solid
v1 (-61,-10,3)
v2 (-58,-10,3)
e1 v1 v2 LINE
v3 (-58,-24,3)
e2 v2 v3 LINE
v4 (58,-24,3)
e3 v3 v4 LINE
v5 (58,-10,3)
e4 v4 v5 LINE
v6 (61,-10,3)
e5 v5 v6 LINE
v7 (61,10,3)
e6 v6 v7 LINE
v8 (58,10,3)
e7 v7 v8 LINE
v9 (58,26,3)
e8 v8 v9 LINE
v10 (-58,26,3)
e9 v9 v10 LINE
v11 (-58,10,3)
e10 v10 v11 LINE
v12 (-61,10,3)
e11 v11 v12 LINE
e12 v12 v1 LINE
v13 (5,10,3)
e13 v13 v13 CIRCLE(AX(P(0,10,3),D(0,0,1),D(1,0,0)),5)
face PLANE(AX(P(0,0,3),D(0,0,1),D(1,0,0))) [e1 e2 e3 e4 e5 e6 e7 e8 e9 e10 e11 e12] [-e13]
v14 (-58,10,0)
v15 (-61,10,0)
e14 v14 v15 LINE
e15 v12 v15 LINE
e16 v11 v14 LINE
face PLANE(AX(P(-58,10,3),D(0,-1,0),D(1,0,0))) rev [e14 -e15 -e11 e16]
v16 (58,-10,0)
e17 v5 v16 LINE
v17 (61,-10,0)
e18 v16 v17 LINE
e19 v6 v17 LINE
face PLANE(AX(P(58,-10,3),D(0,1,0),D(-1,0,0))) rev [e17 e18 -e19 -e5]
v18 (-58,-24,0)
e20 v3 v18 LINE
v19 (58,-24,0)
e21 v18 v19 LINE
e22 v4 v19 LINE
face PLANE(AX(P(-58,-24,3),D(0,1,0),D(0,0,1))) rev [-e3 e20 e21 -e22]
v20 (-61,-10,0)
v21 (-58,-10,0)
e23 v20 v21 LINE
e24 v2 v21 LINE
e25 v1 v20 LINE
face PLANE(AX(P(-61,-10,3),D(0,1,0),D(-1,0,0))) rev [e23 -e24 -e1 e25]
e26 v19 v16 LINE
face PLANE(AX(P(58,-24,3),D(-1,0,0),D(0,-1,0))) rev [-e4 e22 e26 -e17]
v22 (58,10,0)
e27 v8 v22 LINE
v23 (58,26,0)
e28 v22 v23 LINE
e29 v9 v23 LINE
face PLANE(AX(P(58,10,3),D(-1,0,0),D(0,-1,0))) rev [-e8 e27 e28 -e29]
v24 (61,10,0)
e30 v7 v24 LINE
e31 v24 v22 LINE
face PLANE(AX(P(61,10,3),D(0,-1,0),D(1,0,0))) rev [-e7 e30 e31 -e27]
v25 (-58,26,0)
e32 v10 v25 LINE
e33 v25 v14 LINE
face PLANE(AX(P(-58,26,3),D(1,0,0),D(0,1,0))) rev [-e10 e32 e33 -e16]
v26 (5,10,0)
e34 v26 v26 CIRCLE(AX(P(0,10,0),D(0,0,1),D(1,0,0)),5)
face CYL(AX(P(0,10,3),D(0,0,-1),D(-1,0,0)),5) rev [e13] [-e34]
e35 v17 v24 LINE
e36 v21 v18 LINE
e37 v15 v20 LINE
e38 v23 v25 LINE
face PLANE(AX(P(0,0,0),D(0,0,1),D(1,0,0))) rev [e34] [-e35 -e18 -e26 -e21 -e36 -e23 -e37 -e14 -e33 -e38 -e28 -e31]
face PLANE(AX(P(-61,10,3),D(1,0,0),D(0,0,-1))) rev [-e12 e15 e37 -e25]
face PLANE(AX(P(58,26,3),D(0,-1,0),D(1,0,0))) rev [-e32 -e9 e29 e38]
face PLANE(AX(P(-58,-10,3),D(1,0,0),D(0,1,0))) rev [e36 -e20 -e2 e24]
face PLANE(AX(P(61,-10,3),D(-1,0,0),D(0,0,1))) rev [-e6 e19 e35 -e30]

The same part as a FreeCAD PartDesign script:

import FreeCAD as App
import Part
import Sketcher


def add_polygon(sketch, points):
    """Adds a closed chain of lines whose ends are joined by coincident constraints."""
    first, n = sketch.GeometryCount, len(points)
    for a, b in zip(points, points[1:] + points[:1]):
        sketch.addGeometry(Part.LineSegment(App.Vector(*a, 0), App.Vector(*b, 0)), False)
    for i in range(n):
        sketch.addConstraint(Sketcher.Constraint("Coincident", first + i, 2, first + (i + 1) % n, 1))

doc = App.newDocument("Part")
body = doc.addObject("PartDesign::Body", "Body")

sketch1 = body.newObject("Sketcher::SketchObject", "Sketch")
sketch1.AttachmentSupport = (doc.getObject("XY_Plane"), [""])
sketch1.MapMode = "FlatFace"
add_polygon(sketch1, [(-61, 10), (-61, -10), (-58, -10), (-58, -24), (58, -24), (58, -10), (61, -10), (61, 10), (58, 10), (58, 26), (-58, 26), (-58, 10)])
sketch1.addGeometry(Part.Circle(App.Vector(0, 10, 0), App.Vector(0, 0, 1), 5), False)
sketch1.addConstraint(Sketcher.Constraint("Vertical", 0))
sketch1.addConstraint(Sketcher.Constraint("Horizontal", 1))
sketch1.addConstraint(Sketcher.Constraint("Vertical", 2))
sketch1.addConstraint(Sketcher.Constraint("Horizontal", 3))
sketch1.addConstraint(Sketcher.Constraint("Vertical", 4))
sketch1.addConstraint(Sketcher.Constraint("Horizontal", 5))
sketch1.addConstraint(Sketcher.Constraint("Vertical", 6))
sketch1.addConstraint(Sketcher.Constraint("Horizontal", 7))
sketch1.addConstraint(Sketcher.Constraint("Vertical", 8))
sketch1.addConstraint(Sketcher.Constraint("Horizontal", 9))
sketch1.addConstraint(Sketcher.Constraint("Vertical", 10))
sketch1.addConstraint(Sketcher.Constraint("Horizontal", 11))
sketch1.addConstraint(Sketcher.Constraint("Symmetric", 0, 2, 6, 2, -1, 1))
sketch1.addConstraint(Sketcher.Constraint("Symmetric", 4, 2, 10, 2, -1, 1))
sketch1.addConstraint(Sketcher.Constraint("Symmetric", 1, 2, 4, 2, -2))
sketch1.addConstraint(Sketcher.Constraint("PointOnObject", 12, 3, -2))
sketch1.addConstraint(Sketcher.Constraint("Horizontal", 12, 3, 6, 2))
sketch1.addConstraint(Sketcher.Constraint("Vertical", 4, 2, 7, 2))
sketch1.addConstraint(Sketcher.Constraint("Diameter", 12, 10.0))
sketch1.addConstraint(Sketcher.Constraint("DistanceX", 1, 1, 1, 2, 3.0))
sketch1.addConstraint(Sketcher.Constraint("DistanceX", 3, 1, 3, 2, 116.0))
sketch1.addConstraint(Sketcher.Constraint("DistanceY", 0, 2, 0, 1, 20.0))
sketch1.addConstraint(Sketcher.Constraint("DistanceY", 2, 2, 2, 1, 14.0))
sketch1.addConstraint(Sketcher.Constraint("DistanceY", 8, 1, 8, 2, 16.0))
pad1 = body.newObject("PartDesign::Pad", "Pad")
pad1.Profile = sketch1
pad1.Length = 3

doc.recompute()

◆ Assignment
Your answer must be every record above, retyped exactly.

◆ Solution below
solid
v1 (-61,-10,3)
v2 (-58,-10,3)
e1 v1 v2 LINE
v3 (-58,-24,3)
e2 v2 v3 LINE
v4 (58,-24,3)
e3 v3 v4 LINE
v5 (58,-10,3)
e4 v4 v5 LINE
v6 (61,-10,3)
e5 v5 v6 LINE
v7 (61,10,3)
e6 v6 v7 LINE
v8 (58,10,3)
e7 v7 v8 LINE
v9 (58,26,3)
e8 v8 v9 LINE
v10 (-58,26,3)
e9 v9 v10 LINE
v11 (-58,10,3)
e10 v10 v11 LINE
v12 (-61,10,3)
e11 v11 v12 LINE
e12 v12 v1 LINE
v13 (5,10,3)
e13 v13 v13 CIRCLE(AX(P(0,10,3),D(0,0,1),D(1,0,0)),5)
face PLANE(AX(P(0,0,3),D(0,0,1),D(1,0,0))) [e1 e2 e3 e4 e5 e6 e7 e8 e9 e10 e11 e12] [-e13]
v14 (-58,10,0)
v15 (-61,10,0)
e14 v14 v15 LINE
e15 v12 v15 LINE
e16 v11 v14 LINE
face PLANE(AX(P(-58,10,3),D(0,-1,0),D(1,0,0))) rev [e14 -e15 -e11 e16]
v16 (58,-10,0)
e17 v5 v16 LINE
v17 (61,-10,0)
e18 v16 v17 LINE
e19 v6 v17 LINE
face PLANE(AX(P(58,-10,3),D(0,1,0),D(-1,0,0))) rev [e17 e18 -e19 -e5]
v18 (-58,-24,0)
e20 v3 v18 LINE
v19 (58,-24,0)
e21 v18 v19 LINE
e22 v4 v19 LINE
face PLANE(AX(P(-58,-24,3),D(0,1,0),D(0,0,1))) rev [-e3 e20 e21 -e22]
v20 (-61,-10,0)
v21 (-58,-10,0)
e23 v20 v21 LINE
e24 v2 v21 LINE
e25 v1 v20 LINE
face PLANE(AX(P(-61,-10,3),D(0,1,0),D(-1,0,0))) rev [e23 -e24 -e1 e25]
e26 v19 v16 LINE
face PLANE(AX(P(58,-24,3),D(-1,0,0),D(0,-1,0))) rev [-e4 e22 e26 -e17]
v22 (58,10,0)
e27 v8 v22 LINE
v23 (58,26,0)
e28 v22 v23 LINE
e29 v9 v23 LINE
face PLANE(AX(P(58,10,3),D(-1,0,0),D(0,-1,0))) rev [-e8 e27 e28 -e29]
v24 (61,10,0)
e30 v7 v24 LINE
e31 v24 v22 LINE
face PLANE(AX(P(61,10,3),D(0,-1,0),D(1,0,0))) rev [-e7 e30 e31 -e27]
v25 (-58,26,0)
e32 v10 v25 LINE
e33 v25 v14 LINE
face PLANE(AX(P(-58,26,3),D(1,0,0),D(0,1,0))) rev [-e10 e32 e33 -e16]
v26 (5,10,0)
e34 v26 v26 CIRCLE(AX(P(0,10,0),D(0,0,1),D(1,0,0)),5)
face CYL(AX(P(0,10,3),D(0,0,-1),D(-1,0,0)),5) rev [e13] [-e34]
e35 v17 v24 LINE
e36 v21 v18 LINE
e37 v15 v20 LINE
e38 v23 v25 LINE
face PLANE(AX(P(0,0,0),D(0,0,1),D(1,0,0))) rev [e34] [-e35 -e18 -e26 -e21 -e36 -e23 -e37 -e14 -e33 -e38 -e28 -e31]
face PLANE(AX(P(-61,10,3),D(1,0,0),D(0,0,-1))) rev [-e12 e15 e37 -e25]
face PLANE(AX(P(58,26,3),D(0,-1,0),D(1,0,0))) rev [-e32 -e9 e29 e38]
face PLANE(AX(P(-58,-10,3),D(1,0,0),D(0,1,0))) rev [e36 -e20 -e2 e24]
face PLANE(AX(P(61,-10,3),D(-1,0,0),D(0,0,1))) rev [-e6 e19 e35 -e30]

The same part as a FreeCAD PartDesign script:

import FreeCAD as App
import Part
import Sketcher


def add_polygon(sketch, points):
    """Adds a closed chain of lines whose ends are joined by coincident constraints."""
    first, n = sketch.GeometryCount, len(points)
    for a, b in zip(points, points[1:] + points[:1]):
        sketch.addGeometry(Part.LineSegment(App.Vector(*a, 0), App.Vector(*b, 0)), False)
    for i in range(n):
        sketch.addConstraint(Sketcher.Constraint("Coincident", first + i, 2, first + (i + 1) % n, 1))

doc = App.newDocument("Part")
body = doc.addObject("PartDesign::Body", "Body")

sketch1 = body.newObject("Sketcher::SketchObject", "Sketch")
sketch1.AttachmentSupport = (doc.getObject("XY_Plane"), [""])
sketch1.MapMode = "FlatFace"
add_polygon(sketch1, [(-61, 10), (-61, -10), (-58, -10), (-58, -24), (58, -24), (58, -10), (61, -10), (61, 10), (58, 10), (58, 26), (-58, 26), (-58, 10)])
sketch1.addGeometry(Part.Circle(App.Vector(0, 10, 0), App.Vector(0, 0, 1), 5), False)
sketch1.addConstraint(Sketcher.Constraint("Vertical", 0))
sketch1.addConstraint(Sketcher.Constraint("Horizontal", 1))
sketch1.addConstraint(Sketcher.Constraint("Vertical", 2))
sketch1.addConstraint(Sketcher.Constraint("Horizontal", 3))
sketch1.addConstraint(Sketcher.Constraint("Vertical", 4))
sketch1.addConstraint(Sketcher.Constraint("Horizontal", 5))
sketch1.addConstraint(Sketcher.Constraint("Vertical", 6))
sketch1.addConstraint(Sketcher.Constraint("Horizontal", 7))
sketch1.addConstraint(Sketcher.Constraint("Vertical", 8))
sketch1.addConstraint(Sketcher.Constraint("Horizontal", 9))
sketch1.addConstraint(Sketcher.Constraint("Vertical", 10))
sketch1.addConstraint(Sketcher.Constraint("Horizontal", 11))
sketch1.addConstraint(Sketcher.Constraint("Symmetric", 0, 2, 6, 2, -1, 1))
sketch1.addConstraint(Sketcher.Constraint("Symmetric", 4, 2, 10, 2, -1, 1))
sketch1.addConstraint(Sketcher.Constraint("Symmetric", 1, 2, 4, 2, -2))
sketch1.addConstraint(Sketcher.Constraint("PointOnObject", 12, 3, -2))
sketch1.addConstraint(Sketcher.Constraint("Horizontal", 12, 3, 6, 2))
sketch1.addConstraint(Sketcher.Constraint("Vertical", 4, 2, 7, 2))
sketch1.addConstraint(Sketcher.Constraint("Diameter", 12, 10.0))
sketch1.addConstraint(Sketcher.Constraint("DistanceX", 1, 1, 1, 2, 3.0))
sketch1.addConstraint(Sketcher.Constraint("DistanceX", 3, 1, 3, 2, 116.0))
sketch1.addConstraint(Sketcher.Constraint("DistanceY", 0, 2, 0, 1, 20.0))
sketch1.addConstraint(Sketcher.Constraint("DistanceY", 2, 2, 2, 1, 14.0))
sketch1.addConstraint(Sketcher.Constraint("DistanceY", 8, 1, 8, 2, 16.0))
pad1 = body.newObject("PartDesign::Pad", "Pad")
pad1.Profile = sketch1
pad1.Length = 3

doc.recompute()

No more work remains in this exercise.